Whenever a TaskManager starts (or restarts) a task, it will load that specific task's code. Unless classes can be unloaded, this will
become a memory leak, as new versions of classes are loaded and the total number of loaded classes accumulates over time. This
typically manifests itself though a **OutOfMemoryError: Metaspace**.

Common causes for class leaks and suggested fixes:

- *Lingering Threads*: Make sure the application functions/sources/sinks shuts down all threads. Lingering threads cost resources themselves and
additionally typically hold references to (user code) objects, preventing garbage collection and unloading of the classes.

- *Interners*: Avoid caching objects in special structures that live beyond the lifetime of the functions/sources/sinks. Examples are Guava's
interners, or Avro's class/object caches in the serializers.


## Resolving Dependency Conflicts with Flink using the maven-shade-plugin.

A way to address dependency conflicts from the application developer's side is to avoid exposing dependencies by *shading them away*.

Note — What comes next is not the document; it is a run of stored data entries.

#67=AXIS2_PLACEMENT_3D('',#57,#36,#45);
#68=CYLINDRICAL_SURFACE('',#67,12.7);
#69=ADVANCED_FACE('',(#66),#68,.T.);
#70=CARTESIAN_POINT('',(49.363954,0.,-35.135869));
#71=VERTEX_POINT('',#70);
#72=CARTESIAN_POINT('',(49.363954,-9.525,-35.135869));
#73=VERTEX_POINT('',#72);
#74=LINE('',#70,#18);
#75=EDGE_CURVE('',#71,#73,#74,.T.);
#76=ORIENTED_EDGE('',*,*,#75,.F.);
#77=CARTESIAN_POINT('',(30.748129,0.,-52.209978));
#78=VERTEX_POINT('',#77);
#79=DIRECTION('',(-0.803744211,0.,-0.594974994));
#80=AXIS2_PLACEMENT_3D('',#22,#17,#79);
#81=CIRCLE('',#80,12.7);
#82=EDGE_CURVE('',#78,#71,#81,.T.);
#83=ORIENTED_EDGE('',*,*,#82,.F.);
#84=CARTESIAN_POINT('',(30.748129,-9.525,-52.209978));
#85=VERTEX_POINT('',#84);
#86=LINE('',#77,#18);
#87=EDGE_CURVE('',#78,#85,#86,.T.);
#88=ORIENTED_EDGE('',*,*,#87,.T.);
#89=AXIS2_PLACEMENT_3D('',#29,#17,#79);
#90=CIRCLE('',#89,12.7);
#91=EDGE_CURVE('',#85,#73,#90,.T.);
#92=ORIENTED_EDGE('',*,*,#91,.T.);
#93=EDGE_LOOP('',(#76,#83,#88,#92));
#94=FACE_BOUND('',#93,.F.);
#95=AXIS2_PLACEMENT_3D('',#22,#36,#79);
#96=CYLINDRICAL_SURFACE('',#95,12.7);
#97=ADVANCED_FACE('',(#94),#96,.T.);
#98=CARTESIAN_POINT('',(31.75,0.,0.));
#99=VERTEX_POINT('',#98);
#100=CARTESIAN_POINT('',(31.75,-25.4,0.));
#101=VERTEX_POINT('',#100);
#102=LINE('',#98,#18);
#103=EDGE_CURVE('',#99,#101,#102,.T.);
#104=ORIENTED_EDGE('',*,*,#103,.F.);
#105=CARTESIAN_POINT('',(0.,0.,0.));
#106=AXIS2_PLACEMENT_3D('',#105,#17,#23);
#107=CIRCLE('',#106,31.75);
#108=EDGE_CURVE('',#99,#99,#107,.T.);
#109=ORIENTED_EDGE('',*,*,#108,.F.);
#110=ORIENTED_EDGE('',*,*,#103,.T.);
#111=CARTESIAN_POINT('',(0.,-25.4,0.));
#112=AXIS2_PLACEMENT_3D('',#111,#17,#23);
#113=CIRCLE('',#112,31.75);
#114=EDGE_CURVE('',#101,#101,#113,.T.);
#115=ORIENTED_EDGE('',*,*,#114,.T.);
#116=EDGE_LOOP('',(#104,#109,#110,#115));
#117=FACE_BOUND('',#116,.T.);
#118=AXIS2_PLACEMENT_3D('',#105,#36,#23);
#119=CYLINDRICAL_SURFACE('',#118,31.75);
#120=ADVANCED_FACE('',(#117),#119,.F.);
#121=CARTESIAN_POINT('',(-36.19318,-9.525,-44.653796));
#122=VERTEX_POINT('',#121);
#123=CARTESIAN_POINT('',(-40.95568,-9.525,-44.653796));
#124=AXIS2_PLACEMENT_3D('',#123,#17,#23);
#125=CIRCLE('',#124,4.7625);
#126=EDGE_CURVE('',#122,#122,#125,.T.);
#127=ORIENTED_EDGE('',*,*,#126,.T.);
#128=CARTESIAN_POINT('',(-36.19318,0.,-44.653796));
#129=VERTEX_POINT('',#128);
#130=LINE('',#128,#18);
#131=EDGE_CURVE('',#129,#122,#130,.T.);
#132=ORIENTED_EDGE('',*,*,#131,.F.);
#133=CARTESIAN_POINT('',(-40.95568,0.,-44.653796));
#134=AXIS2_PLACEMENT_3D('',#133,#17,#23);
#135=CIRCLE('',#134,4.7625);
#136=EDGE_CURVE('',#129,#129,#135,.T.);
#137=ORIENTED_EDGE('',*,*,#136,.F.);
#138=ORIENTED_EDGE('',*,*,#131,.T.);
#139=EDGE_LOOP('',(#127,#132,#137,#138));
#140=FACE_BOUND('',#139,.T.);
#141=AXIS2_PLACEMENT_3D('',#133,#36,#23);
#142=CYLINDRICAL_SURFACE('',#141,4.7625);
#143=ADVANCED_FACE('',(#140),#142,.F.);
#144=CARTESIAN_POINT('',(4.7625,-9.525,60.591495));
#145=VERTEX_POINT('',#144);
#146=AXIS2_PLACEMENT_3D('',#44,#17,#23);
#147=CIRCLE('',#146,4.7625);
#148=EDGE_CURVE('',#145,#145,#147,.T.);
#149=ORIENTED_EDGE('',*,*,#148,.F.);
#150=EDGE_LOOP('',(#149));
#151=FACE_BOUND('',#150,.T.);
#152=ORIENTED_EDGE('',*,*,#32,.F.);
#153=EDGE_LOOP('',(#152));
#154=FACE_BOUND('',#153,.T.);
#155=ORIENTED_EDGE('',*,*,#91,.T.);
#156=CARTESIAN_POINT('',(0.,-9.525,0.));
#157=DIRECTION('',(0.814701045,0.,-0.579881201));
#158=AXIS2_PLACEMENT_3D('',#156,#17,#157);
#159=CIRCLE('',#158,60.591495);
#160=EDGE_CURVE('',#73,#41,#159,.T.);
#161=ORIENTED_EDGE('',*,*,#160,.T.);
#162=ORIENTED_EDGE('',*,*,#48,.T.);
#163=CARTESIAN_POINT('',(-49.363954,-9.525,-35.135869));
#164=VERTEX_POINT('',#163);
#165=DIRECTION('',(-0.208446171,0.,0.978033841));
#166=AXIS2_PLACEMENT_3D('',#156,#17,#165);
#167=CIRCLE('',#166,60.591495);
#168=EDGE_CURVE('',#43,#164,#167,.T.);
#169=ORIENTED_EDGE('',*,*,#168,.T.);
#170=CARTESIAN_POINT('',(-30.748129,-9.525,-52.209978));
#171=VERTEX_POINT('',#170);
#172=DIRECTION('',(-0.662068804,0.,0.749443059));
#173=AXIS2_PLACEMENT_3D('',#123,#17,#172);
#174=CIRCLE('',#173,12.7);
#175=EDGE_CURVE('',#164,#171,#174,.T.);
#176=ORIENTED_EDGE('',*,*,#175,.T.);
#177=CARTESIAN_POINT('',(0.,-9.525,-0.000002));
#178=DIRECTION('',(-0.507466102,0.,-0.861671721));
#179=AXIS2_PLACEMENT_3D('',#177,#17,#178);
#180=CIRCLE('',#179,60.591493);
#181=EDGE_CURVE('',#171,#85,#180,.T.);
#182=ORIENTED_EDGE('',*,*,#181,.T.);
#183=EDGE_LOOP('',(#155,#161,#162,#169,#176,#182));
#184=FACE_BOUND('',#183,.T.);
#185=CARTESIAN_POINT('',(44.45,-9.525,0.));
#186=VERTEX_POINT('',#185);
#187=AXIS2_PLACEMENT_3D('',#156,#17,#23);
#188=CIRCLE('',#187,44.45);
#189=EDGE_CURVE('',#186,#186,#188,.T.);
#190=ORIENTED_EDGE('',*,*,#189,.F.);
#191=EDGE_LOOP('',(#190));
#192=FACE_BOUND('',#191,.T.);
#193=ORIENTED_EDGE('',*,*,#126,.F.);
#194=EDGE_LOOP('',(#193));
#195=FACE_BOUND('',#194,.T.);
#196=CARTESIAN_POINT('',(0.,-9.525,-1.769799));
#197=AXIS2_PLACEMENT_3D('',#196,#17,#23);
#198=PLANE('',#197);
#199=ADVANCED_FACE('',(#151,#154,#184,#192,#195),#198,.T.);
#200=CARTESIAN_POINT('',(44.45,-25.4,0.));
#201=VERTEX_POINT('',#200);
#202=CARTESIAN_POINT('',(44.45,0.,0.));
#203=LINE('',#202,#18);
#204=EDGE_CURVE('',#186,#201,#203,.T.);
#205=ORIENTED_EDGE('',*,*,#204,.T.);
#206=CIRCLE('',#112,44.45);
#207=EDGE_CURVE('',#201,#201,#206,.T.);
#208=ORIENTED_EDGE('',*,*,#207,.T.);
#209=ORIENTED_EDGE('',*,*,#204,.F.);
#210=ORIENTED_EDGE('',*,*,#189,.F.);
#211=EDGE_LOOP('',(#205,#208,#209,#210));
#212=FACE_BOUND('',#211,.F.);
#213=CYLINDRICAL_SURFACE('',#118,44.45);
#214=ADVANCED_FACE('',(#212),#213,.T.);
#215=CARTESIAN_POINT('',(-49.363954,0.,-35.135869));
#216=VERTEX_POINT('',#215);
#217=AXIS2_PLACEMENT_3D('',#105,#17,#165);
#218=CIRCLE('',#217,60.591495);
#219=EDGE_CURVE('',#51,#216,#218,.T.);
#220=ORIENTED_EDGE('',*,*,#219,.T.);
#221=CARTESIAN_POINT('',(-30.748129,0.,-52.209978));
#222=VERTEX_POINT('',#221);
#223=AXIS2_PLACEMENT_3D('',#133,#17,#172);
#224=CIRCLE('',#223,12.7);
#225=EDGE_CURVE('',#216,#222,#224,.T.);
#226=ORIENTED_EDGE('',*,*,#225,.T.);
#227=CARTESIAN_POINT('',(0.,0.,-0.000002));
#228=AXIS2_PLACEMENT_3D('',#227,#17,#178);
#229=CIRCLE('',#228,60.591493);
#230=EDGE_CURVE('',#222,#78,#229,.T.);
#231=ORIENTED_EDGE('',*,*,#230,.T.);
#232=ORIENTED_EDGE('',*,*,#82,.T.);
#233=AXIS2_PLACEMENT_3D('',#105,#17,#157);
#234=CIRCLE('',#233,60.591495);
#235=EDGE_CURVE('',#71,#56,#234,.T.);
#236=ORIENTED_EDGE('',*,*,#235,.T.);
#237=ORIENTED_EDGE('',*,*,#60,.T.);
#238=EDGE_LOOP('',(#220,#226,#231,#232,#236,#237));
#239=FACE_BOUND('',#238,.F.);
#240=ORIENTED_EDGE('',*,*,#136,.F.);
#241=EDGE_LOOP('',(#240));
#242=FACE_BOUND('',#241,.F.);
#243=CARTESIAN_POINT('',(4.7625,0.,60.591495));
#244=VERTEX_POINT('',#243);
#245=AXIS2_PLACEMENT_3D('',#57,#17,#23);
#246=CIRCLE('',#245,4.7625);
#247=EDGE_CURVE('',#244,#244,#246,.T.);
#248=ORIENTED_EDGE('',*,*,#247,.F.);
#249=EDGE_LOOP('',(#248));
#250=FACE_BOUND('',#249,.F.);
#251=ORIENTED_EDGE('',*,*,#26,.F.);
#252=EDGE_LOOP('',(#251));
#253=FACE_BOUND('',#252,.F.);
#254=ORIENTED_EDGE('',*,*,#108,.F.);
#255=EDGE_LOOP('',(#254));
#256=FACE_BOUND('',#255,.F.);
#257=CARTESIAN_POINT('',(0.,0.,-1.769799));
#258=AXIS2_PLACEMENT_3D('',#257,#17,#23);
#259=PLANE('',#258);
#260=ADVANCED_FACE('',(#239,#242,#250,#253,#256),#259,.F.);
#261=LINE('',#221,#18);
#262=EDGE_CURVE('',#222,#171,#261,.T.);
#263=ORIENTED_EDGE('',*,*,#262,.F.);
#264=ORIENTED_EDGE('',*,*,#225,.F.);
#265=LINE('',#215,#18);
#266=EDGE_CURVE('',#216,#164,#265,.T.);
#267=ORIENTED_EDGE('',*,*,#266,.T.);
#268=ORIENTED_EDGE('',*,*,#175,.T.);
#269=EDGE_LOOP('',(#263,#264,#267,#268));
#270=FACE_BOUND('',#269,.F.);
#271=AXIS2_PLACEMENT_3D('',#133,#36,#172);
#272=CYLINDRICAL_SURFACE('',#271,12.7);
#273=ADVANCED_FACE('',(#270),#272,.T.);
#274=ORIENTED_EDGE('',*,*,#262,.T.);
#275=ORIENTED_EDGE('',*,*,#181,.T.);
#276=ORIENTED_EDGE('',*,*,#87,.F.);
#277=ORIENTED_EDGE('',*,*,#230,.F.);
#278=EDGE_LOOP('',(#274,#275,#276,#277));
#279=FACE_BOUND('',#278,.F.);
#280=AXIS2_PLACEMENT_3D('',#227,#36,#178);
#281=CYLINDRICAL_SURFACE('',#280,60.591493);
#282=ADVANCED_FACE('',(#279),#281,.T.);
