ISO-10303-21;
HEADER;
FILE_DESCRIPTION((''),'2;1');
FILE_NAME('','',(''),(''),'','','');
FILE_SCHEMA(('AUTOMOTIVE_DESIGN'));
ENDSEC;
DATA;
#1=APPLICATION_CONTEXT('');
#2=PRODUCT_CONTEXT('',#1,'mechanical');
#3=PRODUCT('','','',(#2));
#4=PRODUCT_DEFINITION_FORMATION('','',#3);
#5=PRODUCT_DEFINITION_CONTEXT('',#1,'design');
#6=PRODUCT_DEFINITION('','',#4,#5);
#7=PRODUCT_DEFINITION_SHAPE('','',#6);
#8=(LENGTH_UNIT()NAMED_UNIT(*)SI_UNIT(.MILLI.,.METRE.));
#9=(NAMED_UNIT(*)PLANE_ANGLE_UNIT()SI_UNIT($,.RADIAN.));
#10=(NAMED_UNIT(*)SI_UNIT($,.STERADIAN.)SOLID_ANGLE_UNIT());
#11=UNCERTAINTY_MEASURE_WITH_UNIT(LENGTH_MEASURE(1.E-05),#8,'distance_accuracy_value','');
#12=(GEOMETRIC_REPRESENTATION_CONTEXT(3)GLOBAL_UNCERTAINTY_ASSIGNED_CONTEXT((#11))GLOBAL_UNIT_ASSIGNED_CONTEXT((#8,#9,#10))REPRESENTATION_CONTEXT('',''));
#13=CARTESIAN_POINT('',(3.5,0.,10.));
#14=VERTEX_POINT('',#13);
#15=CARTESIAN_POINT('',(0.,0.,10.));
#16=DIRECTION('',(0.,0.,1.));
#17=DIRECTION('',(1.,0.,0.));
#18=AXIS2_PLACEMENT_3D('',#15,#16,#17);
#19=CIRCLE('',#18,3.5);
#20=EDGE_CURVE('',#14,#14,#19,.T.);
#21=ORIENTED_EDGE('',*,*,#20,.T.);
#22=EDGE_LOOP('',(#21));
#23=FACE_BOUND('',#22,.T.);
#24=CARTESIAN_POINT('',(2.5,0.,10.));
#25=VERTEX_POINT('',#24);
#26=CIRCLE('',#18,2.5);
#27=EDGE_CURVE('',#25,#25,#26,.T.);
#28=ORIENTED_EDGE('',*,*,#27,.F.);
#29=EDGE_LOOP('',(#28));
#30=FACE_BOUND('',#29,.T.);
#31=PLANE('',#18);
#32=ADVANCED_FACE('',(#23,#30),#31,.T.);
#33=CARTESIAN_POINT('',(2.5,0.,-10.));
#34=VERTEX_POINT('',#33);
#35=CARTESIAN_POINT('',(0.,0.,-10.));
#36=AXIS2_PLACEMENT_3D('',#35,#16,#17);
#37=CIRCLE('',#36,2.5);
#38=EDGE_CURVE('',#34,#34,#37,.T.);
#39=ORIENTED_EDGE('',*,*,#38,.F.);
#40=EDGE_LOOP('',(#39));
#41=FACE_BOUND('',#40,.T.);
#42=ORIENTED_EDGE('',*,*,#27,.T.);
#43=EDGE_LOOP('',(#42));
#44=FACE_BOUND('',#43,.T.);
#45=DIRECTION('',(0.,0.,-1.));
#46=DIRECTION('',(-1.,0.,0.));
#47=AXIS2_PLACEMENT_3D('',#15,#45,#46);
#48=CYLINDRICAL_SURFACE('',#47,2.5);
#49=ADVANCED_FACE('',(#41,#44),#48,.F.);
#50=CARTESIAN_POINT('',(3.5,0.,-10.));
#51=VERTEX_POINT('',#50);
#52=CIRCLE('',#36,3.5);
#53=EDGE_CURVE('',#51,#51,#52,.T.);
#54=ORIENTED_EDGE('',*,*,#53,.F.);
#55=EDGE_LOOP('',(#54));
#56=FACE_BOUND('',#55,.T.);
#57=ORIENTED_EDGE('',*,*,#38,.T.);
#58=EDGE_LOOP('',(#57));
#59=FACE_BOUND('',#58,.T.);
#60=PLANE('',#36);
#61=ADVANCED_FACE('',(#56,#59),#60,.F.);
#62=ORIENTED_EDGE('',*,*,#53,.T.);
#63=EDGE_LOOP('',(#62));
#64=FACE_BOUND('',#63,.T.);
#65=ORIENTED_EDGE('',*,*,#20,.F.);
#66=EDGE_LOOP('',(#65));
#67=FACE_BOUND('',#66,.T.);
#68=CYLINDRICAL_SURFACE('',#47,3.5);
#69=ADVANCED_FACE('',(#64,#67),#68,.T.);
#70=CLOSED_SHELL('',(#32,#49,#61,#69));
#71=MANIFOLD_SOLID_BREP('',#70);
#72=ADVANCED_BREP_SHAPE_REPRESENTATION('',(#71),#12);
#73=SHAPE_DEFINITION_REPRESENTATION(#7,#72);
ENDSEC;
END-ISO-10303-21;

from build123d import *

# Parameters (mm, degrees)
ESBO_O1_R                = 3.5
ESBO_O1_R_2              = 2.5
RESSALTO_EXTRUS_O1_DEPTH = 10


with BuildPart() as part:
    # Esboço1 → Ressalto-extrusão1 (new body, symmetric)
    with BuildSketch(Plane.XY):
        Circle(ESBO_O1_R)
        Circle(ESBO_O1_R_2, mode=Mode.SUBTRACT)
    extrude(amount=RESSALTO_EXTRUS_O1_DEPTH, both=True)


solid = part.part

Apache Maven offers the [maven-shade-plugin](https://maven.apache.org/plugins/maven-shade-plugin/), which allows one to change the package of a
class *after* compiling it (so the code you are writing is not affected by the shading). For example if you have the `com.amazonaws` packages from
the aws sdk in your user code jar, the shade plugin would relocate them into the `org.myorg.shaded.com.amazonaws` package, so that your code is calling your aws sdk version.

This documentation page explains [relocating classes using the shade plugin](https://maven.apache.org/plugins/maven-shade-plugin/examples/class-relocation.html).

Note that most of Flink's dependencies, such as `guava`, `netty`, `jackson`, etc. are shaded away by the maintainers of Flink, so users usually don't have to worry about it.

{% top %}
注意,大部分Flink的依赖包,例如guava, netty, jackson等都已经被Flink的维护人员隐去,用户不用太担心。